* **WHAT IS REQUIRED**
When the line with "#8=(LENGTH_UNIT()NAMED_UNIT(*)SI_UNIT(.MILLI.,.METRE.));" is reached, include it and stop; before that, copy each line of the listing exactly from the first.

* **DATA TO PROCESS**

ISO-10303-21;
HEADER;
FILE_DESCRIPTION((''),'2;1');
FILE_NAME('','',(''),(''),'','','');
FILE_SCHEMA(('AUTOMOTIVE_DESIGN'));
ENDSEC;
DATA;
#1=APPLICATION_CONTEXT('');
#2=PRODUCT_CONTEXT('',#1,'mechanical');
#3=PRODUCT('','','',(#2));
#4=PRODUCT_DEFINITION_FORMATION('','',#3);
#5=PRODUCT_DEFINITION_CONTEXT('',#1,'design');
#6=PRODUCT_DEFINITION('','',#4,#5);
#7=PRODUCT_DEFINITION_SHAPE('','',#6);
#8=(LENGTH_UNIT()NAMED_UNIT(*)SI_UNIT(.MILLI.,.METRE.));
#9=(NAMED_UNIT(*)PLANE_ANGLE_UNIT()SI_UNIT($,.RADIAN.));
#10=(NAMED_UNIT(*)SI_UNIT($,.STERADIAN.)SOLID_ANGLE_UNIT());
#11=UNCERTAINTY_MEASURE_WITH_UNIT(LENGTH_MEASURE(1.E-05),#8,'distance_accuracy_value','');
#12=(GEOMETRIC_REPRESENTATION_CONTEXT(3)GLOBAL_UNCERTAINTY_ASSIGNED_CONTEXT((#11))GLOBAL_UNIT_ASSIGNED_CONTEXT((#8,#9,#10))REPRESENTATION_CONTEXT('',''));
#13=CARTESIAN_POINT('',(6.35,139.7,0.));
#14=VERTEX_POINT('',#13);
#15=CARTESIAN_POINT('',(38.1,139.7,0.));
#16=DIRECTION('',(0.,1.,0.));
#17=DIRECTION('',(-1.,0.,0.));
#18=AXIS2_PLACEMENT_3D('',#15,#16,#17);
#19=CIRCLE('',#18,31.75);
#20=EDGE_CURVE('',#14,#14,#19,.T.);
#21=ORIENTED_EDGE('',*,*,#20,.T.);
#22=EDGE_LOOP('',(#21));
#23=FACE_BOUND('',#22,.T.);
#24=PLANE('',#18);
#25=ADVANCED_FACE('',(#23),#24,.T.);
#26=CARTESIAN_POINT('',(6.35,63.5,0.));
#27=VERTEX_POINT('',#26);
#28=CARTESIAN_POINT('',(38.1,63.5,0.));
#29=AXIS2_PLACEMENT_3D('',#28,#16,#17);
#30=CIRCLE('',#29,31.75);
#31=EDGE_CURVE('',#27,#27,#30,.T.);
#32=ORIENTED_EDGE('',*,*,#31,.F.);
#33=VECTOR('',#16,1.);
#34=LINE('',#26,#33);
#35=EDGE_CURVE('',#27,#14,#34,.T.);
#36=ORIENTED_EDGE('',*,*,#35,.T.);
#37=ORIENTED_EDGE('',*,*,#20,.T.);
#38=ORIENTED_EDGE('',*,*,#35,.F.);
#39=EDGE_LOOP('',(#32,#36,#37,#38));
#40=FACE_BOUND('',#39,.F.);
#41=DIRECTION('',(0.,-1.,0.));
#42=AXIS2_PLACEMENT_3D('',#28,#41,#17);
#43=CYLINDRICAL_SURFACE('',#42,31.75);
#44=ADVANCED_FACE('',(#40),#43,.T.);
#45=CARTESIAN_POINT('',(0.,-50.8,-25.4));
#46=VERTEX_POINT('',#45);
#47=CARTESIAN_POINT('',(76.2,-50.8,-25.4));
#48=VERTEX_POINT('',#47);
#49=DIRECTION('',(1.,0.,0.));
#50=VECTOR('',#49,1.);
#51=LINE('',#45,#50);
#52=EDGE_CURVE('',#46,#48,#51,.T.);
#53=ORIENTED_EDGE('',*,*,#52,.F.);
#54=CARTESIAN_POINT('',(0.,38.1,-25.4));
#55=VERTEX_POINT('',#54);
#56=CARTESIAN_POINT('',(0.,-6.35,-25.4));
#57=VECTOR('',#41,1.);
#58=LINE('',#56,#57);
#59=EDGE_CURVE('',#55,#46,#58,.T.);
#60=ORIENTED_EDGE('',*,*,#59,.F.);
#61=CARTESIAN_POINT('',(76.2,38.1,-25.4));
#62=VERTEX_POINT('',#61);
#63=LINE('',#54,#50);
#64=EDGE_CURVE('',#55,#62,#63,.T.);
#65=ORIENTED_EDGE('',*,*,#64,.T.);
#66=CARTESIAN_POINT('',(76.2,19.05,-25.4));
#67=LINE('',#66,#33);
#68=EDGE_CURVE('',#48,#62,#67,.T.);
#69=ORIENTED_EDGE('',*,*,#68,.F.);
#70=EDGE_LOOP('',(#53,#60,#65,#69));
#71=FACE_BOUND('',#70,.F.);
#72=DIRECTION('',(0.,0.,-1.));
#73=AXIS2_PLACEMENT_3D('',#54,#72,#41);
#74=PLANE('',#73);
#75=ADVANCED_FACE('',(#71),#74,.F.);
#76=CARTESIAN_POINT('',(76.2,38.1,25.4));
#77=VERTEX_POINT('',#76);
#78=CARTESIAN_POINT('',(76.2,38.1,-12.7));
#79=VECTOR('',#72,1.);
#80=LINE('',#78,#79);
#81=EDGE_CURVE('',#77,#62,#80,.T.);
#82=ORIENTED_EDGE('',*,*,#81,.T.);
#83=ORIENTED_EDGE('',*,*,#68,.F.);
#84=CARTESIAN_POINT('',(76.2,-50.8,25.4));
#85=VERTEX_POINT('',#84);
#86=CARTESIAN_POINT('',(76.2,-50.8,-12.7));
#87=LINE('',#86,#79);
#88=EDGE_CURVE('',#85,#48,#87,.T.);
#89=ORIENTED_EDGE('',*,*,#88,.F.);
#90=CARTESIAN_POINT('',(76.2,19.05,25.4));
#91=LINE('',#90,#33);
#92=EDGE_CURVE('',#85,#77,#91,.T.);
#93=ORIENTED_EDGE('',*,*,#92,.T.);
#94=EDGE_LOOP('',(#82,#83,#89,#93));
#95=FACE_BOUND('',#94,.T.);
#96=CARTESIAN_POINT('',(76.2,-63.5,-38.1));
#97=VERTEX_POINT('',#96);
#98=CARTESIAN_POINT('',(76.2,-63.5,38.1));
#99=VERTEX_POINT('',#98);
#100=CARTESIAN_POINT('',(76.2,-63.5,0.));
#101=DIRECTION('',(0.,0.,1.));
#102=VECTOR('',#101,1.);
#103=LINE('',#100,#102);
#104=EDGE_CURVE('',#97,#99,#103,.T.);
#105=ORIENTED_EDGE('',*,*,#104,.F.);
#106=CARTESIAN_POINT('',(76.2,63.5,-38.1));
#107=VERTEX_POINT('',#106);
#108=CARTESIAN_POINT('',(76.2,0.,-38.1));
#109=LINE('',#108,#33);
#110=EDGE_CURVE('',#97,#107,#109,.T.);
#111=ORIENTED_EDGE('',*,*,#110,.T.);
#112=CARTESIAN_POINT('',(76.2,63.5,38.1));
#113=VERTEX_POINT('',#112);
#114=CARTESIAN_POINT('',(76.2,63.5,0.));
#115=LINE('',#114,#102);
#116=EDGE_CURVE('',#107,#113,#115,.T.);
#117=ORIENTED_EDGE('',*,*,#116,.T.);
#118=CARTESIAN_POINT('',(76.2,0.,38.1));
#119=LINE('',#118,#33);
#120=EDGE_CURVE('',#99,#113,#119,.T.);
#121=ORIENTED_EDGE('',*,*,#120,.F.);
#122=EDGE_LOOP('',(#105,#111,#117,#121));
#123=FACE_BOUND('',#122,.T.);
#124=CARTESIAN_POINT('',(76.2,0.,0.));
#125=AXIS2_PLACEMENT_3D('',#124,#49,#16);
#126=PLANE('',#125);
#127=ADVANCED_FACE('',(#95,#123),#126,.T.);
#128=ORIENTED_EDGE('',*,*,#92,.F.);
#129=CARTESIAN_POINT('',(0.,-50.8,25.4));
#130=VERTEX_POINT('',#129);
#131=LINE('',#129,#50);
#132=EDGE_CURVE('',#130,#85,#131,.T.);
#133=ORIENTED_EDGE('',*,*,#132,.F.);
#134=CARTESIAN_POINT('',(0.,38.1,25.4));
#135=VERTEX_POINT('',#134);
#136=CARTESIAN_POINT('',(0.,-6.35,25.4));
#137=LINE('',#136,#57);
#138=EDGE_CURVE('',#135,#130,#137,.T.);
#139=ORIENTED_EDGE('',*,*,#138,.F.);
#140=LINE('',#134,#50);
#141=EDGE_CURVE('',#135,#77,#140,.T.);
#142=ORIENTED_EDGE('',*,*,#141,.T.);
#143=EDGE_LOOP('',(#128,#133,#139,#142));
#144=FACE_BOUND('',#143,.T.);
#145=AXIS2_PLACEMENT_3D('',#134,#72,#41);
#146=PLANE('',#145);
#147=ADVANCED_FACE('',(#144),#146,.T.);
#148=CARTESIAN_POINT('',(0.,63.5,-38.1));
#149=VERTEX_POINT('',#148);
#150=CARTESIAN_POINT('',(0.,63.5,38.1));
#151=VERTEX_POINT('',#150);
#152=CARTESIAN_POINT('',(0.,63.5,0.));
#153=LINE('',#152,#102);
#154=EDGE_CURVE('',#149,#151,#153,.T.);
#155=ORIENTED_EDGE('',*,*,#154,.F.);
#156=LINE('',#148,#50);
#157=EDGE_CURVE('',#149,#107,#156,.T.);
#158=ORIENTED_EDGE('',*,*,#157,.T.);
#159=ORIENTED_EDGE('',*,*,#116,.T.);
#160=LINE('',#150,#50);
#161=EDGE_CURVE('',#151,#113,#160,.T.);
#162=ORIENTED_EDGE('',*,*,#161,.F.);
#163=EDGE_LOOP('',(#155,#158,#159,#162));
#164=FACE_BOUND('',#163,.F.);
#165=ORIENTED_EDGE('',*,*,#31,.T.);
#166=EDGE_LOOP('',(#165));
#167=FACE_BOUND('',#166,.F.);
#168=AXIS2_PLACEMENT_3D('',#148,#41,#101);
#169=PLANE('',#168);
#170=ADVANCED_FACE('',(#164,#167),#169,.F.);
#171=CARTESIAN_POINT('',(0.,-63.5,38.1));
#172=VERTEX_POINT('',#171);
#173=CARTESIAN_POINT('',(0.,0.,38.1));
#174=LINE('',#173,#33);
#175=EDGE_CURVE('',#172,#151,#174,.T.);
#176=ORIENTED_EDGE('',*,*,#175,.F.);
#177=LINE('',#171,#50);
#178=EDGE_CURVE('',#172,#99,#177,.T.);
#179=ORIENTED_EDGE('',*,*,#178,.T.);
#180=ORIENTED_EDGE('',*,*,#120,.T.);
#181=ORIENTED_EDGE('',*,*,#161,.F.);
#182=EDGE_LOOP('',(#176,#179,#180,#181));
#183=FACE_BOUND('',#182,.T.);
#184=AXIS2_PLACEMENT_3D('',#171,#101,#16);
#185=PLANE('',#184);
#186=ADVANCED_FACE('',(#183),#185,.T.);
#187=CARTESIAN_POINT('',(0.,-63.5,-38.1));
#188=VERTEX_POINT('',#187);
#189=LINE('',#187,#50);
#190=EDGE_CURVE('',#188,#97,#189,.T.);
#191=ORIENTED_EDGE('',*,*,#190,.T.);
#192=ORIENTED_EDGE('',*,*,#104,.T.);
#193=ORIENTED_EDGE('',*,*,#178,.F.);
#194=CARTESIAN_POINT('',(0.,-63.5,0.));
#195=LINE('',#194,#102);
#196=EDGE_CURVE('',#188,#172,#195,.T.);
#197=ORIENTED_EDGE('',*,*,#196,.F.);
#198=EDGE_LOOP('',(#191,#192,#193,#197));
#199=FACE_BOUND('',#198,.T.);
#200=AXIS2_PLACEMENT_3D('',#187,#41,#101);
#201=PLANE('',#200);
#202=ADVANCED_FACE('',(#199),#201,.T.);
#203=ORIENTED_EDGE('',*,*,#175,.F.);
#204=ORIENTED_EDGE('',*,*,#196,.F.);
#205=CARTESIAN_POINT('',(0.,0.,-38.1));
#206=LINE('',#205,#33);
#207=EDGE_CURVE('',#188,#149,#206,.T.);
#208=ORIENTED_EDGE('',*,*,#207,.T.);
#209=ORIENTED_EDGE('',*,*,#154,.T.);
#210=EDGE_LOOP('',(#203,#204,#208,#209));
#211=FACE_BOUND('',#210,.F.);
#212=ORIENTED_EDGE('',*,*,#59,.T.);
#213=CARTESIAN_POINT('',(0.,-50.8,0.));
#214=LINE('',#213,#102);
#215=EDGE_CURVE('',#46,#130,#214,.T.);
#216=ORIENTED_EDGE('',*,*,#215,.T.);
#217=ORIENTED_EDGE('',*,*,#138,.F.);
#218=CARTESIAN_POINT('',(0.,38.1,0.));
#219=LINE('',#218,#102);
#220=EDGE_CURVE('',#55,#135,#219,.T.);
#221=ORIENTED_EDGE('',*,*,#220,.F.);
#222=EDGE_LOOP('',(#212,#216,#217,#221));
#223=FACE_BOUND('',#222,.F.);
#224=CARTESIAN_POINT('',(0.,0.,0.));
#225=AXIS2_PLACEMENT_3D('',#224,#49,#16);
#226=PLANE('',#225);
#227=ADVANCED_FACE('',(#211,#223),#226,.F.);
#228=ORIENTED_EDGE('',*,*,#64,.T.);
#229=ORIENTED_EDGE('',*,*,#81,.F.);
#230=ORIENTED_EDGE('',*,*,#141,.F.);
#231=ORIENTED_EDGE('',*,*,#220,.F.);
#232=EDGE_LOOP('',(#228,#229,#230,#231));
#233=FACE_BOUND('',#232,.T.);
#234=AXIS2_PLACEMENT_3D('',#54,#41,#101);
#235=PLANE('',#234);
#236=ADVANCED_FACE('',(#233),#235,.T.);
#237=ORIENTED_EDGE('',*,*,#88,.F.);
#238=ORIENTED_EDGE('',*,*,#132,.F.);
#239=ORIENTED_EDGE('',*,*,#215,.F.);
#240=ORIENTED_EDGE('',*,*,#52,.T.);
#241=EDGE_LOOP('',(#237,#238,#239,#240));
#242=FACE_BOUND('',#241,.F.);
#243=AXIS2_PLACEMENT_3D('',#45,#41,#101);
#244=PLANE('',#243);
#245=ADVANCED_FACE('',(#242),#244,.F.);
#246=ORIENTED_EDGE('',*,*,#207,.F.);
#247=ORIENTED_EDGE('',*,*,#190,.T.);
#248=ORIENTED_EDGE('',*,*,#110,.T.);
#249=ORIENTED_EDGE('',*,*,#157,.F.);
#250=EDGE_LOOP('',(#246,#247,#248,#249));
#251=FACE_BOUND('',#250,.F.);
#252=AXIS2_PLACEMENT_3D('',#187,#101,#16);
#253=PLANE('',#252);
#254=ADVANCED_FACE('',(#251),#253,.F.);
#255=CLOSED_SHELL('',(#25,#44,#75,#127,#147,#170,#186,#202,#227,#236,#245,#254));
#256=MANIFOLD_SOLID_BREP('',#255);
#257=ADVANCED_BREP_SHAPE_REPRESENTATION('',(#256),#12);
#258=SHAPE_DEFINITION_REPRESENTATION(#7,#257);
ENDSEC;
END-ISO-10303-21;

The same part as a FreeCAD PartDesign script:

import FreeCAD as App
import Part
import Sketcher
Q = App.Units.Quantity

doc = App.newDocument("Part")
params = doc.addObject("Spreadsheet::Sheet", "Params")
for row, (alias, value) in enumerate([
    ("sketch1_width", "5 in"),
    ("sketch1_height", "3 in"),
    ("pad1_length", "3 in"),
    ("sketch2_diameter", "2.5 in"),
    ("pad2_length", "3 in"),
    ("sketch3_height", "2 in"),
    ("sketch3_width", "3.5 in"),
], start=1):
    params.set(f"A{row}", alias)
    params.set(f"B{row}", "=" + value)
    params.setAlias(f"B{row}", alias)

body = doc.addObject("PartDesign::Body", "Body")

sketch1 = doc.addObject("Sketcher::SketchObject", "Sketch")
body.addObject(sketch1)
sketch1.AttachmentSupport = (doc.YZ_Plane, [""])
sketch1.MapMode = "FlatFace"
sketch1.addGeometry(Part.LineSegment(App.Vector(-64, 38, 0), App.Vector(-64, -38, 0)), False)
sketch1.addGeometry(Part.LineSegment(App.Vector(-64, -38, 0), App.Vector(64, -38, 0)), False)
sketch1.addGeometry(Part.LineSegment(App.Vector(64, -38, 0), App.Vector(64, 38, 0)), False)
sketch1.addGeometry(Part.LineSegment(App.Vector(64, 38, 0), App.Vector(-64, 38, 0)), False)
sketch1.addConstraint(Sketcher.Constraint("Coincident", 0, 2, 1, 1))
sketch1.addConstraint(Sketcher.Constraint("Coincident", 1, 2, 2, 1))
sketch1.addConstraint(Sketcher.Constraint("Coincident", 2, 2, 3, 1))
sketch1.addConstraint(Sketcher.Constraint("Coincident", 3, 2, 0, 1))
sketch1.addConstraint(Sketcher.Constraint("Vertical", 0))
sketch1.addConstraint(Sketcher.Constraint("Horizontal", 1))
sketch1.addConstraint(Sketcher.Constraint("Vertical", 2))
sketch1.addConstraint(Sketcher.Constraint("Horizontal", 3))
sketch1.addConstraint(Sketcher.Constraint("Symmetric", 0, 2, 2, 2, -1, 1))
sketch1.addConstraint(Sketcher.Constraint("DistanceX", 1, 1, 1, 2, Q("5 in")))
sketch1.addConstraint(Sketcher.Constraint("DistanceY", 0, 2, 0, 1, Q("3 in")))
sketch1.setExpression("Constraints[9]", "Params.sketch1_width")
sketch1.setExpression("Constraints[10]", "Params.sketch1_height")
pad1 = doc.addObject("PartDesign::Pad", "Pad")
body.addObject(pad1)
pad1.Profile = sketch1
pad1.setExpression("Length", "Params.pad1_length")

* **WORKED SOLUTION**
ISO-10303-21;
HEADER;
FILE_DESCRIPTION((''),'2;1');
FILE_NAME('','',(''),(''),'','','');
FILE_SCHEMA(('AUTOMOTIVE_DESIGN'));
ENDSEC;
DATA;
#1=APPLICATION_CONTEXT('');
#2=PRODUCT_CONTEXT('',#1,'mechanical');
#3=PRODUCT('','','',(#2));
#4=PRODUCT_DEFINITION_FORMATION('','',#3);
#5=PRODUCT_DEFINITION_CONTEXT('',#1,'design');
#6=PRODUCT_DEFINITION('','',#4,#5);
#7=PRODUCT_DEFINITION_SHAPE('','',#6);
#8=(LENGTH_UNIT()NAMED_UNIT(*)SI_UNIT(.MILLI.,.METRE.));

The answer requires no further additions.